Tried to add it to the cart, and I only need to pay $7 for shipping.

Just not sure what I can do with it. It's only 2 Gallon.


----------



## coldmantis (Apr 5, 2010)

temping but no more tanks... worst come to worst they cancle our order.


----------



## baishui (Jan 7, 2014)

Their US site has Fluval 7.9G Flora Kit for free, too. Originally 120 US dollars.


----------



## Marz (Mar 1, 2014)

Would this work for ATO container?


----------



## darkangel66n (May 15, 2013)

I have ordered one. I will let you all know what happens.


----------



## coldmantis (Apr 5, 2010)

Ah Free stuff just like redflagdeals effect, I was actually at the screen to input your CC# but I decided not to go through the trouble just incase, I tried adding again and it's OOS.


----------



## baishui (Jan 7, 2014)

Yes, it's OOS now. I did ordered two Fluval 7.9G kit from the US site, and my credit card was already charged. I just wish they honored their price. Just wait and see.


----------



## mistersprinkles (Nov 4, 2013)

baishui said:


> http://www.bigalspets.ca/evolve-2-led-aquarium-kit.html
> 
> Tried to add it to the cart, and I only need to pay $7 for shipping.
> 
> Just not sure what I can do with it. It's only 2 Gallon.

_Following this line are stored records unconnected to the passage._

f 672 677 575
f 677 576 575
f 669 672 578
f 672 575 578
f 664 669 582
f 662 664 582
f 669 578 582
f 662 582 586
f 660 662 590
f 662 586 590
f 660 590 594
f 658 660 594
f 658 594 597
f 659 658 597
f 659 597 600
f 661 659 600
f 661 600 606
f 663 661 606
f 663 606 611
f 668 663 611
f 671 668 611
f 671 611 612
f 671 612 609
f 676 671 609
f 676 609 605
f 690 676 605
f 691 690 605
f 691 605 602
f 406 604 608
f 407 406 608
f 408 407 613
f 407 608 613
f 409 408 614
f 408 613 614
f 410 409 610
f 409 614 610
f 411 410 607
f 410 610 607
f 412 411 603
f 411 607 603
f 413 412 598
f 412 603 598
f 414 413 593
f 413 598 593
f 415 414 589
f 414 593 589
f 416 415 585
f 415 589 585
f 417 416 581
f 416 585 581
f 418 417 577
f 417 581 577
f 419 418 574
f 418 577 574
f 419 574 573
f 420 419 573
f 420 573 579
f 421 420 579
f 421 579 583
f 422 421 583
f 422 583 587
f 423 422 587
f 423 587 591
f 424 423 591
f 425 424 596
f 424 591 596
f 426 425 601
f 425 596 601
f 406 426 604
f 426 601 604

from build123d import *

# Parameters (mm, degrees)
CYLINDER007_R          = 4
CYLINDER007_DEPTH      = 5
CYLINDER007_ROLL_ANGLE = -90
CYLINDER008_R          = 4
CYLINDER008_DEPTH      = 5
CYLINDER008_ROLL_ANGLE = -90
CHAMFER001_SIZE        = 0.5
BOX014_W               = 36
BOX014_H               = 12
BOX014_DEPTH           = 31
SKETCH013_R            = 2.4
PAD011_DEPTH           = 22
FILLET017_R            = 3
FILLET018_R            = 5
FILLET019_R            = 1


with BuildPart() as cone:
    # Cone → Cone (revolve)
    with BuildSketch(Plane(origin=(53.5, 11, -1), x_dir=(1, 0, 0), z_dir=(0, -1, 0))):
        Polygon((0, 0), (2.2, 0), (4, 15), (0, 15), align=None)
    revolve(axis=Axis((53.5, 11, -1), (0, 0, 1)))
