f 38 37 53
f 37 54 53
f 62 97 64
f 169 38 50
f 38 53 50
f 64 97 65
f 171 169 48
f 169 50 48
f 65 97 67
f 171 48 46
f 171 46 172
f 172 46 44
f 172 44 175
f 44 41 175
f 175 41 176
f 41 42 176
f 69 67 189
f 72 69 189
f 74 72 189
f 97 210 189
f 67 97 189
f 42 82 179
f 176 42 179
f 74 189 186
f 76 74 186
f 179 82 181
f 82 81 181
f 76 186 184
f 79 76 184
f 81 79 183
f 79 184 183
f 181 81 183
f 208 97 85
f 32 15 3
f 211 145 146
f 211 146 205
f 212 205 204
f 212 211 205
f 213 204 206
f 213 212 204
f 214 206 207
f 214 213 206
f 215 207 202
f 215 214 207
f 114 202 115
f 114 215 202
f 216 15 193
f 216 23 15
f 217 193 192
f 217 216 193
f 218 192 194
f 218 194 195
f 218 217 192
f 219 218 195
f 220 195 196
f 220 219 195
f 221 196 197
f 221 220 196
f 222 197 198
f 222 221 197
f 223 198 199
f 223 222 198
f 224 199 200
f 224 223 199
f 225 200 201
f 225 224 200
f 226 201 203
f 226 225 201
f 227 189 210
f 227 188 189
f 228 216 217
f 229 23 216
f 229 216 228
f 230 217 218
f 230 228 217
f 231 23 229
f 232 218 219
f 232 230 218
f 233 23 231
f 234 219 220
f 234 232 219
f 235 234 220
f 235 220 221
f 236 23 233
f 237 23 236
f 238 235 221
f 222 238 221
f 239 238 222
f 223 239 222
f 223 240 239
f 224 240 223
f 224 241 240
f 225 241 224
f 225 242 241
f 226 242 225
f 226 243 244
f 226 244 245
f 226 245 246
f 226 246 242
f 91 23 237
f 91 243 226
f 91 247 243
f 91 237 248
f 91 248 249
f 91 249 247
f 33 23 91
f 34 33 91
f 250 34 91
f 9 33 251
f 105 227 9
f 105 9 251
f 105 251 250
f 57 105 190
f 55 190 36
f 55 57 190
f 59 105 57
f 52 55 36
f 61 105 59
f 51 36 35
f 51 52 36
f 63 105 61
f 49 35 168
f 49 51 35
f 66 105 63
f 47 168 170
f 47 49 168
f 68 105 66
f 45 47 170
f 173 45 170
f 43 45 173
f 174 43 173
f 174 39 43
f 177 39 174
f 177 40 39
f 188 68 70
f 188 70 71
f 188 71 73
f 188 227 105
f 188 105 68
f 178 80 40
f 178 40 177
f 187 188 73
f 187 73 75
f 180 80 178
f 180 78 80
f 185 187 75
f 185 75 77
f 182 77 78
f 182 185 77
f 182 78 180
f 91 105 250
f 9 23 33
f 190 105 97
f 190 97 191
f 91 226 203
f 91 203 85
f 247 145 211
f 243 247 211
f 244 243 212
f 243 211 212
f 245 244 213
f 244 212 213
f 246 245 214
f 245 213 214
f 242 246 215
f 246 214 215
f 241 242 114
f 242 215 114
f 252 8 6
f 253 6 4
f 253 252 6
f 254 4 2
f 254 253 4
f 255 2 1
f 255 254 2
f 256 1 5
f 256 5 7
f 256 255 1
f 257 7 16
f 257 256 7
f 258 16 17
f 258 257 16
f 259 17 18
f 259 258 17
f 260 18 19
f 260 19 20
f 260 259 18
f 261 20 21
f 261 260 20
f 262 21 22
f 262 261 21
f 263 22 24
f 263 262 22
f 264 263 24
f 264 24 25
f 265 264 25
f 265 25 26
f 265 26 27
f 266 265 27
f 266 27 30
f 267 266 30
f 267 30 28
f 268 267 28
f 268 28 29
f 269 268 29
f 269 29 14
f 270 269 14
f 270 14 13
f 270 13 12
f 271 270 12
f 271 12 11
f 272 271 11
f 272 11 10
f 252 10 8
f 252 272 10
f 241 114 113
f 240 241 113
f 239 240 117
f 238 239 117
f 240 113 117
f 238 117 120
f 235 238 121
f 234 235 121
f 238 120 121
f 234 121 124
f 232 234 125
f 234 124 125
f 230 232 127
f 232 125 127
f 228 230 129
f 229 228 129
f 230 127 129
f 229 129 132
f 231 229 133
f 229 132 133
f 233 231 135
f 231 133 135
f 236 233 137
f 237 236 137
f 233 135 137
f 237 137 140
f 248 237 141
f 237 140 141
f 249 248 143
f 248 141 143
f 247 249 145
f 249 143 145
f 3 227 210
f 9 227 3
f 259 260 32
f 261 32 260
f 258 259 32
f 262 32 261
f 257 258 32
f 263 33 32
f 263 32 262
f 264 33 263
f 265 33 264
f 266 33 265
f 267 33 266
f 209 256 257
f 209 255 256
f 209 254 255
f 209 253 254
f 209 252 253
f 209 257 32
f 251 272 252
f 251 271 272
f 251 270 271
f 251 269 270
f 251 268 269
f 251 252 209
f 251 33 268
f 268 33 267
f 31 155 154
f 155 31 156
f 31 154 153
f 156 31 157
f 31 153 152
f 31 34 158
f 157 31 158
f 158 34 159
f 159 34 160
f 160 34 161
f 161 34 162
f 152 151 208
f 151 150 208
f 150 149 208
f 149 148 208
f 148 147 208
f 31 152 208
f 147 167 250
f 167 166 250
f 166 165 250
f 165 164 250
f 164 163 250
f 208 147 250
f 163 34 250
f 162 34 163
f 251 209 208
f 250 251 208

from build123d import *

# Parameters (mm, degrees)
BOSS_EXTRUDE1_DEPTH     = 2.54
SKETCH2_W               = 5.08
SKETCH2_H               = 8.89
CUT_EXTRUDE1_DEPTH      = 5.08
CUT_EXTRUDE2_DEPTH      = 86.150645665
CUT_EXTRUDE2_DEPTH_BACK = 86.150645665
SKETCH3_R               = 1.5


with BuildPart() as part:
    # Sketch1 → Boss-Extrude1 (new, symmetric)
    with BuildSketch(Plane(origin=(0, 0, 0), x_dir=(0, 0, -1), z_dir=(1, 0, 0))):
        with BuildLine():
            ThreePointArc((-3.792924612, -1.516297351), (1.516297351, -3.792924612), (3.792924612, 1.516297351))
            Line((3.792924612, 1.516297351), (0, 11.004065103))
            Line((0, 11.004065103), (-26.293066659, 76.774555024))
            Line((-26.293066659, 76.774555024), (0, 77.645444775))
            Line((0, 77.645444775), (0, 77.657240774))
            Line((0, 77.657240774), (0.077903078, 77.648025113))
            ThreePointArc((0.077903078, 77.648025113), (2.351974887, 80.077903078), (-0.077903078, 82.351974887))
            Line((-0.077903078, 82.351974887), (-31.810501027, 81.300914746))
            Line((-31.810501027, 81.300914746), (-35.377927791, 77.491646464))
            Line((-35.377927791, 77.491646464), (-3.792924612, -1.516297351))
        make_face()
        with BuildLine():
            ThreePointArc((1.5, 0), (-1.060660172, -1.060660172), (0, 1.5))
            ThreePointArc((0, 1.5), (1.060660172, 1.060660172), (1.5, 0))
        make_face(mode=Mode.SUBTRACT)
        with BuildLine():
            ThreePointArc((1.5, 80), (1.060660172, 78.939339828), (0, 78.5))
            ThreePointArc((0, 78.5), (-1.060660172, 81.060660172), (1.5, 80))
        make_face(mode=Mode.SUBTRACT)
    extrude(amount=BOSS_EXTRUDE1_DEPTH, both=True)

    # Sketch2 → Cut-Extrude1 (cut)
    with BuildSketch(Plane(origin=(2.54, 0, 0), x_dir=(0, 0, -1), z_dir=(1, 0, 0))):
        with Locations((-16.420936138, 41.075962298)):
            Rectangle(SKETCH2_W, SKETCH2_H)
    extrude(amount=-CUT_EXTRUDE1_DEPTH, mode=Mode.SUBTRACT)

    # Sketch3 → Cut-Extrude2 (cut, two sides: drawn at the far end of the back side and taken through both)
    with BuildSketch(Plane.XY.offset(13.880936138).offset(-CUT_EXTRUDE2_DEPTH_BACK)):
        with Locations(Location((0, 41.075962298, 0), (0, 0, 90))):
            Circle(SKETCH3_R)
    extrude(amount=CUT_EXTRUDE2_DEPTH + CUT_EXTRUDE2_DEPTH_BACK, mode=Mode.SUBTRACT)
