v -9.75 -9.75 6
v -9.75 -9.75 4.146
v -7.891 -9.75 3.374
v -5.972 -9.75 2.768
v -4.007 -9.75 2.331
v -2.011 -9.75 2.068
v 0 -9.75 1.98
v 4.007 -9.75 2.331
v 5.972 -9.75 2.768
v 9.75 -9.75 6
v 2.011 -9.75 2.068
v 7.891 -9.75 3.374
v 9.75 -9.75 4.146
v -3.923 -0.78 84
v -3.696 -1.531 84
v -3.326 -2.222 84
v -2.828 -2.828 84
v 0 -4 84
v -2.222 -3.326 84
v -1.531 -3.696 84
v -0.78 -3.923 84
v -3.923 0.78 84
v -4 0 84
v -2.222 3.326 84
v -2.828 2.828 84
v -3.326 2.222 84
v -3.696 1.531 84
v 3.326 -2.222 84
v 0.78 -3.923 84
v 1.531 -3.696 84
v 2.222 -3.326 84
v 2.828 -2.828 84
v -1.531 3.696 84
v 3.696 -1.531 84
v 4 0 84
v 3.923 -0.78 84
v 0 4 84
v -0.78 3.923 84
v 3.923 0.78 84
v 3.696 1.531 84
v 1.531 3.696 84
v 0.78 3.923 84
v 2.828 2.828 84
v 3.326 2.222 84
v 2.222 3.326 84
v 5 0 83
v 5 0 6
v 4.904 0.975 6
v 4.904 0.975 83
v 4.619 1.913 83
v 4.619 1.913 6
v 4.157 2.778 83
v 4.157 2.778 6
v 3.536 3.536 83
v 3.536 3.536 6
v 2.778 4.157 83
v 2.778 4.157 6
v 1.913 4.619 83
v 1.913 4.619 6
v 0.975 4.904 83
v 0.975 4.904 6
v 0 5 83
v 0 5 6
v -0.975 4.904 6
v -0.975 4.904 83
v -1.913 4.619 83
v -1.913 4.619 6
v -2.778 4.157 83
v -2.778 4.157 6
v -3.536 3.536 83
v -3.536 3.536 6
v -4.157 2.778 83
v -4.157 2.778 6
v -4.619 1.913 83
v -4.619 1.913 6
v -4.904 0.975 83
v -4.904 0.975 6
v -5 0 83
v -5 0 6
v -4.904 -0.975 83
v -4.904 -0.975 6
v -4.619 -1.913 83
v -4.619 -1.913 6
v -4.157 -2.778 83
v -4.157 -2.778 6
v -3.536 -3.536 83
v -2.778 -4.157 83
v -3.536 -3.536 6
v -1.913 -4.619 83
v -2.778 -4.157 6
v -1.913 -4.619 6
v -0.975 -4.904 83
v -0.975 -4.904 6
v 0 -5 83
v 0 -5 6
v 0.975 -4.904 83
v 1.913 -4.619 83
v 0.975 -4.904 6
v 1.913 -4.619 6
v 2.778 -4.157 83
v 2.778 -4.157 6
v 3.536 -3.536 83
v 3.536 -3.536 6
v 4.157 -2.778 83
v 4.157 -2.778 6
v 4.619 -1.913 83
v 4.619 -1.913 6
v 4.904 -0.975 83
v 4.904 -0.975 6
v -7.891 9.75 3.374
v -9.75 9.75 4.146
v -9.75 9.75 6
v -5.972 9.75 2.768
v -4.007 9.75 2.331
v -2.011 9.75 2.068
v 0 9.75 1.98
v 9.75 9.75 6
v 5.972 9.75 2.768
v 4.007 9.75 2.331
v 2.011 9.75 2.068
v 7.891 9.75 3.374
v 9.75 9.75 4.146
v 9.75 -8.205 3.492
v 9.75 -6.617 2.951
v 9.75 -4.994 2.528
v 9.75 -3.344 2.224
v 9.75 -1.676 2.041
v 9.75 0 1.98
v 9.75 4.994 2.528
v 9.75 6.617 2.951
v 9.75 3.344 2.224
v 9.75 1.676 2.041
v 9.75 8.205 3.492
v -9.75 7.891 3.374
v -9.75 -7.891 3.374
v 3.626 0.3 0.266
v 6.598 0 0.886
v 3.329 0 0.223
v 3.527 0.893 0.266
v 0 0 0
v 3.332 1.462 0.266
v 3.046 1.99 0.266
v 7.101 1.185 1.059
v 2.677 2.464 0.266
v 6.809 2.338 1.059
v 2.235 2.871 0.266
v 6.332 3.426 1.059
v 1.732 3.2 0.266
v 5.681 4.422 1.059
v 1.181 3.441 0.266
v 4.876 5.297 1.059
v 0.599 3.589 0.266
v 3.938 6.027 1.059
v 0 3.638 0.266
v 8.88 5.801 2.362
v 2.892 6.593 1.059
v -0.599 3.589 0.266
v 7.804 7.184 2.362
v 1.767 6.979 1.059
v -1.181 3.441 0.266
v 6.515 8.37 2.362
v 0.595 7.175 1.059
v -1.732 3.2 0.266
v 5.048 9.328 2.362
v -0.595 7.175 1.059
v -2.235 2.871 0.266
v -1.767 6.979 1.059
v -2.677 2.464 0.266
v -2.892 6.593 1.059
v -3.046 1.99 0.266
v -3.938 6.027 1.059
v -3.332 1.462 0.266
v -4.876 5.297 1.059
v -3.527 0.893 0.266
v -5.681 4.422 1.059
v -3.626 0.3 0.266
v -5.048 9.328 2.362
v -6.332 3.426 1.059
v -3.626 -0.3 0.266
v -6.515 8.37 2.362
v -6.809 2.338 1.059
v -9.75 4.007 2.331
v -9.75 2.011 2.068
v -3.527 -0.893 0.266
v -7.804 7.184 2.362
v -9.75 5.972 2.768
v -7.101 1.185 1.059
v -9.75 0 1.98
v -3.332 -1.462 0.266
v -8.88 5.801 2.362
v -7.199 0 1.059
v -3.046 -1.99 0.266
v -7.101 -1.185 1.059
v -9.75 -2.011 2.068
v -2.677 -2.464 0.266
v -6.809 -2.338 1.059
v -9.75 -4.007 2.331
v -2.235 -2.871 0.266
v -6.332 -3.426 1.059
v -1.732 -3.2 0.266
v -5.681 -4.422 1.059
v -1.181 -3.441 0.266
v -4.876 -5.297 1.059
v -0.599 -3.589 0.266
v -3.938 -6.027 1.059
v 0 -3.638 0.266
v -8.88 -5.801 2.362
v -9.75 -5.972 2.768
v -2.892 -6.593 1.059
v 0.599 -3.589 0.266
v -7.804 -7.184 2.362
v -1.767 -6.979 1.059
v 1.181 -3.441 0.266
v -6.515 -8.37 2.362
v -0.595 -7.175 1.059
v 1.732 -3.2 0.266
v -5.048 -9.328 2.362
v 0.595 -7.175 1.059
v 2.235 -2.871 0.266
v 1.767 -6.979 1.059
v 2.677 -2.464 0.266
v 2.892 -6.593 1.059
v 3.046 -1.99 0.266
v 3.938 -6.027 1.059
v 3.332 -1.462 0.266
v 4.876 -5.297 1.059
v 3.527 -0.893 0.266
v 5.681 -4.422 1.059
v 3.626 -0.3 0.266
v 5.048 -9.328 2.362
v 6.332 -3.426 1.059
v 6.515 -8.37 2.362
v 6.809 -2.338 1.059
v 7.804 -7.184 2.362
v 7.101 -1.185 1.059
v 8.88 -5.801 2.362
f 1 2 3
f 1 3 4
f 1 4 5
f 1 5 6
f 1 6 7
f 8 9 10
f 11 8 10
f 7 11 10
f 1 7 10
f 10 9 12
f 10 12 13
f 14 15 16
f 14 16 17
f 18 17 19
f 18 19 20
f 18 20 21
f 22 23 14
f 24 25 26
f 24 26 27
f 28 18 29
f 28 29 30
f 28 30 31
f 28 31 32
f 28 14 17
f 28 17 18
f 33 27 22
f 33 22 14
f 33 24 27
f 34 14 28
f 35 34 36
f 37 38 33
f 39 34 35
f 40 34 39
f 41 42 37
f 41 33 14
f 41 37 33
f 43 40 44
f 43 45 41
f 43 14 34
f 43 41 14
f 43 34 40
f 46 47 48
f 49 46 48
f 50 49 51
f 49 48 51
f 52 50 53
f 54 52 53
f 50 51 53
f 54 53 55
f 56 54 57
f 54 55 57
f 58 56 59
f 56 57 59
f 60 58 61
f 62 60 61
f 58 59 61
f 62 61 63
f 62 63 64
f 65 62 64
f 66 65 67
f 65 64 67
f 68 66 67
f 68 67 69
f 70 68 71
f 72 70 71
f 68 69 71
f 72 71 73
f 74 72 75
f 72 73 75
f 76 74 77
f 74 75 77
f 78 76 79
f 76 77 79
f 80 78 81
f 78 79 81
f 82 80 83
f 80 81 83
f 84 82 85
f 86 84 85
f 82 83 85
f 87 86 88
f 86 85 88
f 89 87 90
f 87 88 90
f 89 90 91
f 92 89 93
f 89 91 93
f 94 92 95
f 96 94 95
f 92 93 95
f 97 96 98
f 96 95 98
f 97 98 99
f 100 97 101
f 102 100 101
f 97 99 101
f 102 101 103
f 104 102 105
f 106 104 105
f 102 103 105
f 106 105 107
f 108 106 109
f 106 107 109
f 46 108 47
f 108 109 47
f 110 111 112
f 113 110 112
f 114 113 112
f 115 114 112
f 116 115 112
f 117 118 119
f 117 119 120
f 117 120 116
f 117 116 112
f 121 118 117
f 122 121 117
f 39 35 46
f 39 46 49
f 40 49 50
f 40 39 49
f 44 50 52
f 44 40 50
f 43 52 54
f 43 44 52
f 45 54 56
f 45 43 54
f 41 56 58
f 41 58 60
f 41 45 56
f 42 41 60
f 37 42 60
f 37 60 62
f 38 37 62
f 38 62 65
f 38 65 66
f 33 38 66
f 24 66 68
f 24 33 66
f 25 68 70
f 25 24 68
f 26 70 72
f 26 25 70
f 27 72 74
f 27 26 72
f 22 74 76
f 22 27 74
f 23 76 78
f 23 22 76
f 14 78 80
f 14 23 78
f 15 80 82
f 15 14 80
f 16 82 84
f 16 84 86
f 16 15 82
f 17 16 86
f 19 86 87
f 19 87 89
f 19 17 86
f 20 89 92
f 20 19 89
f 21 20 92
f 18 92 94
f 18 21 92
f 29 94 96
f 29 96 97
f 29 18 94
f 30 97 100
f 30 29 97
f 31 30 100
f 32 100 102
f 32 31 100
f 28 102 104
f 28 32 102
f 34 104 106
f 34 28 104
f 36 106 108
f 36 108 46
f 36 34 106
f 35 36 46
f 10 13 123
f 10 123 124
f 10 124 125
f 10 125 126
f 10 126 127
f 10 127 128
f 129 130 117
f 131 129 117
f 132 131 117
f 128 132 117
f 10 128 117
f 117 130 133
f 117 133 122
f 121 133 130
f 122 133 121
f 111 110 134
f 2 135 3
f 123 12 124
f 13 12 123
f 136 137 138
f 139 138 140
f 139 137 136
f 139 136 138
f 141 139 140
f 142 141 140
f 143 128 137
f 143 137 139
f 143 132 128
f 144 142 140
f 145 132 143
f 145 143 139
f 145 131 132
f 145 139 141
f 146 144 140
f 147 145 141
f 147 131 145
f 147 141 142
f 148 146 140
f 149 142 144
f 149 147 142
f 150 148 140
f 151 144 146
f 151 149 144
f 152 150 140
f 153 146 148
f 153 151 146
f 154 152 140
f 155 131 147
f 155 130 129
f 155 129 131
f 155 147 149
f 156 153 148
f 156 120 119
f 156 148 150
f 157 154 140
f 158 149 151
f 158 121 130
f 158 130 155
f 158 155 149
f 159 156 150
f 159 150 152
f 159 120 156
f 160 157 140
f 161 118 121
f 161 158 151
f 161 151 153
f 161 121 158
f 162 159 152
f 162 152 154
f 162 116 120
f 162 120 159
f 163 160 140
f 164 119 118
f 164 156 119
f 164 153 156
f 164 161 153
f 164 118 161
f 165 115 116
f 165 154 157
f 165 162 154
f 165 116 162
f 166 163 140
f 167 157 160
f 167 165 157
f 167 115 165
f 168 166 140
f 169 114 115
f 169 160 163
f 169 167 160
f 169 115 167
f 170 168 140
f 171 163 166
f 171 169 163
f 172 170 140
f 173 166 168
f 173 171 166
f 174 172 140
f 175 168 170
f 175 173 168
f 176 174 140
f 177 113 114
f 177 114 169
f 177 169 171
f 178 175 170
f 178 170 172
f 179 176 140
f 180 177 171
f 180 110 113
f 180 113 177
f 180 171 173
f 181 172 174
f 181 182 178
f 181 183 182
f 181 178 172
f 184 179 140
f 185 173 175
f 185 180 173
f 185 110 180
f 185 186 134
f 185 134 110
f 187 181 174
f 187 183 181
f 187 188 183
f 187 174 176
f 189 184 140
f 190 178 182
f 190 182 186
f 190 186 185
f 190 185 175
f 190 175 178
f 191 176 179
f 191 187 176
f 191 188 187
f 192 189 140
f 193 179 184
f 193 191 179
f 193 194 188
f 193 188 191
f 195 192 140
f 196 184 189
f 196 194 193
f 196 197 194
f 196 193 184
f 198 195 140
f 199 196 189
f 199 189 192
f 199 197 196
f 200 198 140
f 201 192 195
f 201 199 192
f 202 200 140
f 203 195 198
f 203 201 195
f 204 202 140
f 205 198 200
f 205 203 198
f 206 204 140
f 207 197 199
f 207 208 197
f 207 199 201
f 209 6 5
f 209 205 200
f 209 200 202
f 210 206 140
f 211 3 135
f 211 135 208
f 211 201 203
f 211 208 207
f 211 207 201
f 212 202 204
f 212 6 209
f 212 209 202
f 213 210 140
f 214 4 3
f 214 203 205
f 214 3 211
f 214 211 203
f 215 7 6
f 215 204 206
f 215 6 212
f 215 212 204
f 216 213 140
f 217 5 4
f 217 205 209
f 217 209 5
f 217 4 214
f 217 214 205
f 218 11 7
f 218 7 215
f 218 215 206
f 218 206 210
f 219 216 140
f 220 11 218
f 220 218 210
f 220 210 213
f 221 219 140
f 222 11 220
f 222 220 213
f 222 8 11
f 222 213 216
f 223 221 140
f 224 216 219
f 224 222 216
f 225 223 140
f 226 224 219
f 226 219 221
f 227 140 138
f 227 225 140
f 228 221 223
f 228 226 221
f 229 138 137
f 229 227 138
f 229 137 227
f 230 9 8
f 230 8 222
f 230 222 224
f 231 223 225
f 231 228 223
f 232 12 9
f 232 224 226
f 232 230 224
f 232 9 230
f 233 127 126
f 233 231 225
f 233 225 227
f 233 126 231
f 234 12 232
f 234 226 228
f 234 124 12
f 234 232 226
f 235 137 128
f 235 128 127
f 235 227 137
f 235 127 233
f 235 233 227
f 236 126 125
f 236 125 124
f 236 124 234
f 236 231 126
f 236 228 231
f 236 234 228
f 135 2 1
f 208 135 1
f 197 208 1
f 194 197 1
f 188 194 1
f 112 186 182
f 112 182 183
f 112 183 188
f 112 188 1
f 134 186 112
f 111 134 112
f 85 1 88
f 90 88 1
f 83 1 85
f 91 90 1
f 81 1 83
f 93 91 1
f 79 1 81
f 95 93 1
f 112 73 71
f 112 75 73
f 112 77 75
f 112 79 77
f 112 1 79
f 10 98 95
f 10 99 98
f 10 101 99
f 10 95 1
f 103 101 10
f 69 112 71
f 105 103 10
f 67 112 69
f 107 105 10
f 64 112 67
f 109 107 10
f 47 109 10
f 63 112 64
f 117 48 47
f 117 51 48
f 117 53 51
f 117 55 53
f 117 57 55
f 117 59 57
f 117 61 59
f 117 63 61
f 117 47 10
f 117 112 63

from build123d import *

# Parameters (mm, degrees)
SKETCH2_W           = 19.5
SKETCH2_H           = 19.5
BOSS_EXTRUDE1_DEPTH = 6
SKETCH3_R           = 5
BOSS_EXTRUDE2_DEPTH = 78
CHAMFER1_SIZE       = 1


with BuildPart() as part:
    # Sketch2 → Boss-Extrude1 (new body)
    with BuildSketch(Plane.XY):
        Rectangle(SKETCH2_W, SKETCH2_H)
    extrude(amount=BOSS_EXTRUDE1_DEPTH)

    # Sketch3 → Boss-Extrude2 (add)
    with BuildSketch(Plane.XY.offset(6)):
        Circle(SKETCH3_R)
    extrude(amount=BOSS_EXTRUDE2_DEPTH)

    # Chamfer1
    chamfer1_edges = [part.edges().sort_by_distance(p)[0] for p in [
        (-5, 0, 84),
    ]]
    chamfer(chamfer1_edges, length=CHAMFER1_SIZE)

    # Sketch4 → Cut-Revolve1 (revolve, cut)
    with BuildSketch(Plane(origin=(0, 0, 0), x_dir=(1, 0, 0), z_dir=(0, 1, 0))):
        with BuildLine():
            Line((0, 8.673011737), (0, 0))
            ThreePointArc((0, 0), (17.67766953, -7.32233047), (25, -25))
            Line((25, -25), (33.673011737, -25))
            ThreePointArc((33.673011737, -25), (23.810414942, -1.189585058), (0, 8.673011737))
        make_face()
    revolve(axis=Axis((0, 0, 0), (0, 0, 1)), mode=Mode.SUBTRACT)


solid = part.part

It's not even 2 gallon. I had one briefly but returned it. It's more like 1 gallon, if that. My guess is about 4 to 5 liters.


----------



## baishui (Jan 7, 2014)

Doesn't matter right now. They cancelled all the orders, and give out a 15% coupon code PETS15 (valid for the next 2 weeks), and can be used for both US and Canada site.


----------